The above-described application of the photocurable resin and irradiation of the light beam are continued until a multilayer film of the photocurable resin is formed all around the wafer W. Thereafter, the second roller 42 is separated from the edge of the wafer W by moving the photocurable resin application means 40, and the wafer W is further rotated twice while the light beam remains irradiated. In other words, the previous treatment is not enough to harden the resin attached to the front and back surfaces of the wafer W, so the wafer W is rotated two more times while being irradiated with light to cure the resin sufficiently. ing.

The wafer W whose edges are coated with the photocurable resin in this way has no risk of plating adhering to the edges in the subsequent plating process, and the photocurable resin on the edges is removed from the wafer W by lift-off. removed from

It should be noted that the present invention is not limited to the embodiments described above, and various modifications and variations can be made without changing the gist.

For example, the structure of the apparatus main body and each means is not limited to the above embodiments, and the structure of the apparatus main body and wafer storage basket in particular may be changed as appropriate, taking into account work space and work scale. There's a lot of room for that.

In addition, in the embodiment of the method invention described above, the p! After the wafer was irradiated with the light beam, the wafer was further rotated twice and the light beam was irradiated. The latter operation may be replaced by providing an irradiation box and irradiating the light beam.

[Effects of the Invention] As explained above, the wafer edge coating method described in [1] has the effect of preventing plating from adhering to the wafer edge and improving the yield of IC chips. There is.

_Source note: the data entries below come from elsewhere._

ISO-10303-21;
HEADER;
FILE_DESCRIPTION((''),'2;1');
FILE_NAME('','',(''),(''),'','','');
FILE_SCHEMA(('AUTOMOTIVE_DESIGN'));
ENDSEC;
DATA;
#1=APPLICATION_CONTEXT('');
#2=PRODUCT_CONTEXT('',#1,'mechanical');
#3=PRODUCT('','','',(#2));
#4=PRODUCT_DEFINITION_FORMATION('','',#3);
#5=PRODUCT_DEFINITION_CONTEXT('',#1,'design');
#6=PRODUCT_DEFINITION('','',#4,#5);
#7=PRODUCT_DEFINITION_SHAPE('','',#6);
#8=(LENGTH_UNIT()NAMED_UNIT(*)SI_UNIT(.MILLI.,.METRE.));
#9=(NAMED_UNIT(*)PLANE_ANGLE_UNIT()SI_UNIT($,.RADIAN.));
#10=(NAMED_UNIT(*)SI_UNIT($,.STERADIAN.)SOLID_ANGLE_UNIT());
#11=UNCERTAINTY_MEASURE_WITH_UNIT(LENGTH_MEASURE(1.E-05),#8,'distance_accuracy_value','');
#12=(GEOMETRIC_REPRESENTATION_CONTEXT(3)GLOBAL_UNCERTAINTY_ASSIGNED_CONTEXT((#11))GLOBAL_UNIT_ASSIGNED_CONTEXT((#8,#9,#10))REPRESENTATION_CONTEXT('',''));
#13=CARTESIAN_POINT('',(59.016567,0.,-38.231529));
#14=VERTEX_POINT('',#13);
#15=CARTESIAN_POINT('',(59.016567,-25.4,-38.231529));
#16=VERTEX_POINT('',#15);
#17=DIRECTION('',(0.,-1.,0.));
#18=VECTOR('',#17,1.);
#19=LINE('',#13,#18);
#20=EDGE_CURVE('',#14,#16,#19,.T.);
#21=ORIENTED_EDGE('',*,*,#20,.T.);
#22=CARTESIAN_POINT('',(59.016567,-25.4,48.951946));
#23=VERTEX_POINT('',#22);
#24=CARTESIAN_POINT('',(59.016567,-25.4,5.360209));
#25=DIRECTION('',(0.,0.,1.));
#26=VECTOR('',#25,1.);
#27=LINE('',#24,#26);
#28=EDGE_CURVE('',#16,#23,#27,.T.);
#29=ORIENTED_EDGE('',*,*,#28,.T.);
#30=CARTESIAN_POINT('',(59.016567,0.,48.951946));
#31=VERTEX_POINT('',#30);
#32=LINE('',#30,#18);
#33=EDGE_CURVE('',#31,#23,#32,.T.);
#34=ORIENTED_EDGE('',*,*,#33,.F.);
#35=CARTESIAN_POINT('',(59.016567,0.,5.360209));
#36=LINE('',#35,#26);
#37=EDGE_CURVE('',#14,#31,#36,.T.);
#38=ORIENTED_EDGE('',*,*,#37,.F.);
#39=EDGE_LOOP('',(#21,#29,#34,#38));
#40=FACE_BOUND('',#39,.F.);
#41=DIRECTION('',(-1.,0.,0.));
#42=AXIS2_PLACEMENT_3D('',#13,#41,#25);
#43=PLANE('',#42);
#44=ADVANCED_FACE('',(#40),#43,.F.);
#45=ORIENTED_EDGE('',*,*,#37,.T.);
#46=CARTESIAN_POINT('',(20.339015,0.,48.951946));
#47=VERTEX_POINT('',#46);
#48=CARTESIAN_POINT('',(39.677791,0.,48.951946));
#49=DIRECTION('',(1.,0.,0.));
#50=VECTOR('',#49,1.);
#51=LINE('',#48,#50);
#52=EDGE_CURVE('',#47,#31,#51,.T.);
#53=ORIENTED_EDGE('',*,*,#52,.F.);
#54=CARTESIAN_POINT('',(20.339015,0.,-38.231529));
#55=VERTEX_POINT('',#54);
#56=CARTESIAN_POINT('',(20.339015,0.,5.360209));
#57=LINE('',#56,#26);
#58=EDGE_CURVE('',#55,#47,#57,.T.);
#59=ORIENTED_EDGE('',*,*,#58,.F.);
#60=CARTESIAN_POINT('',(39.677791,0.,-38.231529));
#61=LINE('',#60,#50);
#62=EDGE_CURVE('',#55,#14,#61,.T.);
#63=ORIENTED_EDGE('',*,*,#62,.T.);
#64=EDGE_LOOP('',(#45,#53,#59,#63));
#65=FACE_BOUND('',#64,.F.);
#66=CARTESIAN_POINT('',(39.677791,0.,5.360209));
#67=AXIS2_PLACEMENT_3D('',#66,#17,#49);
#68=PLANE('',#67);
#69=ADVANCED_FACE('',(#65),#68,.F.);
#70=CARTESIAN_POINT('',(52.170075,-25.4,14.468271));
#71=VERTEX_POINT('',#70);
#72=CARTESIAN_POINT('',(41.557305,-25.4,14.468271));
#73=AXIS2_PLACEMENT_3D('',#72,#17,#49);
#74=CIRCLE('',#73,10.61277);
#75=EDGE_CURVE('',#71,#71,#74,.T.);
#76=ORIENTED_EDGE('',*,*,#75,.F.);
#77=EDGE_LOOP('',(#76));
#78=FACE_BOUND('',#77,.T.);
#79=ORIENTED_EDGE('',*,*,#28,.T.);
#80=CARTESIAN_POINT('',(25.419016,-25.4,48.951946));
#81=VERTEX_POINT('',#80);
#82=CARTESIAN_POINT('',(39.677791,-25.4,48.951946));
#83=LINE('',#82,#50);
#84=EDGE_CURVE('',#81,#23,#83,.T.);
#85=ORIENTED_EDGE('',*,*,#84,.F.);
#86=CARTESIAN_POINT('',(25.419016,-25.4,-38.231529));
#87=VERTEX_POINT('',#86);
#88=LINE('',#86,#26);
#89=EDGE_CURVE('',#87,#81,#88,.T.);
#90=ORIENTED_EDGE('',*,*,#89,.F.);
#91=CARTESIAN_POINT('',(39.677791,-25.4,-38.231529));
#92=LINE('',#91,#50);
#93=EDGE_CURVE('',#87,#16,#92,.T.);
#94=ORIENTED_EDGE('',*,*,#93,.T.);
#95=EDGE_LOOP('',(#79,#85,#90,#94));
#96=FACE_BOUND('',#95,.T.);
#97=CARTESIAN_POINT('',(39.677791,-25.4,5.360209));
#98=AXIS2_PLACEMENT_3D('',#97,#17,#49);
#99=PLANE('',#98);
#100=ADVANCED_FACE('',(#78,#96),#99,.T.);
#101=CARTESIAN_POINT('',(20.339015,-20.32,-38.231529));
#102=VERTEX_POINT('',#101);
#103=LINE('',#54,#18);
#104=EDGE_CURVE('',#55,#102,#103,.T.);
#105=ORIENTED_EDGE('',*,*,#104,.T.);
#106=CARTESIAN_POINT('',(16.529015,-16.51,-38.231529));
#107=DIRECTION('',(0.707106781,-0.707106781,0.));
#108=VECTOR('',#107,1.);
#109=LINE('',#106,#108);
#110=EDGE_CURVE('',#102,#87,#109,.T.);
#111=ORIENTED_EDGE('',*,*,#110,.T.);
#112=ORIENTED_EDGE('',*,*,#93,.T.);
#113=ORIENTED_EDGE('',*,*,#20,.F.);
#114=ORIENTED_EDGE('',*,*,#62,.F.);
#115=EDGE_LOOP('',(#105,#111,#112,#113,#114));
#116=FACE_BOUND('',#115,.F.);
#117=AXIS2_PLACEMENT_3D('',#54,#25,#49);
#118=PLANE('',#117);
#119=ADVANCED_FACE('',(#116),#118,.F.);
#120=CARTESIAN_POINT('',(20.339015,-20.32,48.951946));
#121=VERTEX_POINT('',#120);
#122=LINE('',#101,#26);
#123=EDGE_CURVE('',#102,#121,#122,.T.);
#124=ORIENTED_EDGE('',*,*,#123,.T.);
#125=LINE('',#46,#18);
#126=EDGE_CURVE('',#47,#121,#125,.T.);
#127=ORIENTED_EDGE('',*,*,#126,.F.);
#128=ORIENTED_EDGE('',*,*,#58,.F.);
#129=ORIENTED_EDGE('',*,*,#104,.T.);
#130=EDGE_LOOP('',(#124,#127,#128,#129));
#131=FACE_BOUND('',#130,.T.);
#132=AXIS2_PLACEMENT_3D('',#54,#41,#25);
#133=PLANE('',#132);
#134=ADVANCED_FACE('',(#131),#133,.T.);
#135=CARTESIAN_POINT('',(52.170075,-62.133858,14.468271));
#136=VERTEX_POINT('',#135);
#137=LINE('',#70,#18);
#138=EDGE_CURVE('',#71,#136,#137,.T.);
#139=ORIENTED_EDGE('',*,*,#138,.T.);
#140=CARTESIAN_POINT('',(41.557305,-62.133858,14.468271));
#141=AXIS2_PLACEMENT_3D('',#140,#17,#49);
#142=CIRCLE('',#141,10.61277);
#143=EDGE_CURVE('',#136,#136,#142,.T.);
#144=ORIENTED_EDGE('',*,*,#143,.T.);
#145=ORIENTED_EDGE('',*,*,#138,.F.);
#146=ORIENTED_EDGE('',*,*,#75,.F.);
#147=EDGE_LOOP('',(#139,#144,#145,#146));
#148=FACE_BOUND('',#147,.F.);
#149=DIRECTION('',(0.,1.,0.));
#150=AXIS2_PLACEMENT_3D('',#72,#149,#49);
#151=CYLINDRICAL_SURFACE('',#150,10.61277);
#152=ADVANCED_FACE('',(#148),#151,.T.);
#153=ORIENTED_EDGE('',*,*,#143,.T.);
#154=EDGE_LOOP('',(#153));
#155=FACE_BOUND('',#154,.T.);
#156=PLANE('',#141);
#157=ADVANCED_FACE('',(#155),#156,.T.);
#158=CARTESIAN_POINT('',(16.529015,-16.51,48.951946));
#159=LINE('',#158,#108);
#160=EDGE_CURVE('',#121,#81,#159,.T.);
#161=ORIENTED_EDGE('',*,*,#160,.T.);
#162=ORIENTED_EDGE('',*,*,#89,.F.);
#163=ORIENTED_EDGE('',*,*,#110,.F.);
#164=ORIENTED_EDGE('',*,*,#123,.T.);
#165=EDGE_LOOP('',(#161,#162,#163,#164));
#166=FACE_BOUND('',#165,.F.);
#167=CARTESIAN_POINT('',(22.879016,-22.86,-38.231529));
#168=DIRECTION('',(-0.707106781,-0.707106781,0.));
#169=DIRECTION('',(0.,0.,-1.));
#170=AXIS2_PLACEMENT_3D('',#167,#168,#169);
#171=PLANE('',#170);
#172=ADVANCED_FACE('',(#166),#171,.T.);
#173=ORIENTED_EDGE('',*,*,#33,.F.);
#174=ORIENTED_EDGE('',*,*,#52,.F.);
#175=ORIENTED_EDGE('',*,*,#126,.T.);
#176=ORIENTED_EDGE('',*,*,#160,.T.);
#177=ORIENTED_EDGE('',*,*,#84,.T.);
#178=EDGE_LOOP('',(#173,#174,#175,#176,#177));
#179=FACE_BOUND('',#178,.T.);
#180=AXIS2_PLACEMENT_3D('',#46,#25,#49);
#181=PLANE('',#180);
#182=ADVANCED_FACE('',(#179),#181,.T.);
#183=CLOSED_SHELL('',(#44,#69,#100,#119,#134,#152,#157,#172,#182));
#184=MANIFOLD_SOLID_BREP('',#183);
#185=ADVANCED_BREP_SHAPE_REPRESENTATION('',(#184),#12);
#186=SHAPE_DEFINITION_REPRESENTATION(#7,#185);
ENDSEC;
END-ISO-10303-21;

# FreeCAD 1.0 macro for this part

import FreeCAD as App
import Part
import Sketcher
from FreeCAD import Vector
Q = App.Units.Quantity


def edges_at(feature, points):
    """Names of the edges that pass closest to the given points."""
    edges = feature.Shape.Edges
    near = lambda p: min(range(len(edges)), key=lambda i: edges[i].distToShape(Part.Vertex(*p))[0])
    return sorted({f"Edge{near(p) + 1}" for p in points})


def add_polygon(sketch, points):
    """Adds a closed chain of lines whose ends are joined by coincident constraints."""
    first, n = sketch.GeometryCount, len(points)
    for a, b in zip(points, points[1:] + points[:1]):
        sketch.addGeometry(Part.LineSegment(App.Vector(*a, 0), App.Vector(*b, 0)), False)
    for i in range(n):
        sketch.addConstraint(Sketcher.Constraint("Coincident", first + i, 2, first + (i + 1) % n, 1))

doc = App.newDocument("Part")
body = doc.addObject("PartDesign::Body", "Body")

sketch1 = doc.addObject("Sketcher::SketchObject", "Sketch")
body.addObject(sketch1)
sketch1.AttachmentSupport = (doc.XZ_Plane, [""])
sketch1.MapMode = "FlatFace"
add_polygon(sketch1, [(20, 49), (20, -38), (59, -38), (59, 49)])
sketch1.addConstraint([
    Sketcher.Constraint("Vertical", 0),
    Sketcher.Constraint("Horizontal", 1),
    Sketcher.Constraint("Vertical", 2),
    Sketcher.Constraint("Horizontal", 3),
    Sketcher.Constraint("DistanceX", 1, 1, 1, 2, Q("38.677551 mm")),
    Sketcher.Constraint("DistanceY", 0, 2, 0, 1, Q("87.183475 mm")),
    Sketcher.Constraint("DistanceY", 0, 2, -1, 1, Q("38.231529 mm")),
    Sketcher.Constraint("DistanceX", -1, 1, 0, 2, Q("20.339015 mm")),
])
pad1 = doc.addObject("PartDesign::Pad", "Pad")
body.addObject(pad1)
pad1.Profile = sketch1
pad1.Length = Q("1 in")

sketch2 = doc.addObject("Sketcher::SketchObject", "Sketch001")
body.addObject(sketch2)
sketch2.AttachmentSupport = (doc.XZ_Plane, [""])
sketch2.MapMode = "FlatFace"
sketch2.AttachmentOffset = App.Placement(Vector(0, 0, 1 * 25.4), App.Rotation())
sketch2.addGeometry(Part.Circle(Vector(42, 14, 0), Vector(0, 0, 1), 11), False)
sketch2.addConstraint([
    Sketcher.Constraint("Diameter", 0, Q("21.22554 mm")),
    Sketcher.Constraint("DistanceY", -1, 1, 0, 3, Q("14.468271 mm")),
    Sketcher.Constraint("DistanceX", -1, 1, 0, 3, Q("41.557305 mm")),
])
pad2 = doc.addObject("PartDesign::Pad", "Pad001")
body.addObject(pad2)
pad2.Profile = sketch2
pad2.Length = 36.733858
doc.recompute()

chamfer = doc.addObject("PartDesign::Chamfer", "Chamfer")
body.addObject(chamfer)
chamfer.Base = (pad2, edges_at(pad2, [(20.339, -25.4, 5.36)]))
chamfer.Size = Q("0.2 in")

doc.recompute()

Further, according to the wafer edge coating apparatus of the present invention,
-1- The force distribution method can be performed in-cylinder and quickly.

[Brief explanation of drawings]

Fig. 1 is a side cross section L showing an embodiment of the wafer edge coding device of the present invention;
FIG. 4 is a perspective view of the means for coating 4J of i, and FIG. 4 is a front view LA showing the roller portion of the means, and FIG. 5(a). (b) and (e) are cross-sectional views showing the process of forming a hang on a wafer. 10 Apparatus body 11 Mounting frame 20 Wafer storage basket 22: Opening 23/Flange 30: Feed roller 31: Slip prevention member 40: Coating means for photocuring resin

Claims (3)

[Claims] (1) Without rotating the wafer, apply a photocurable resin to the entire circumference of the edge of the wafer, and irradiate the photocurable resin applied to the edge of the wafer with light. Featured wafer edge coating method. (2) without rotating the wafer, applying a photocurable resin to the entire circumference of the edge of the wafer, and irradiating the photocurable resin applied to the edge of the wafer with a beam of light; , after performing the step all around the wafer, stopping the application of the photocurable resin, and further irradiating the photocurable resin already applied to the edge of the wafer with a light beam; A wafer edge coating method featuring: (3) means for rotatably supporting the wafer; means for rotating the wafer supported by the means; means for connecting to the edge of the rotating wafer and applying a photocurable resin; and the edge of the wafer. A wafer edge coating apparatus comprising: means for irradiating a light beam onto a photocurable resin coated on the edge.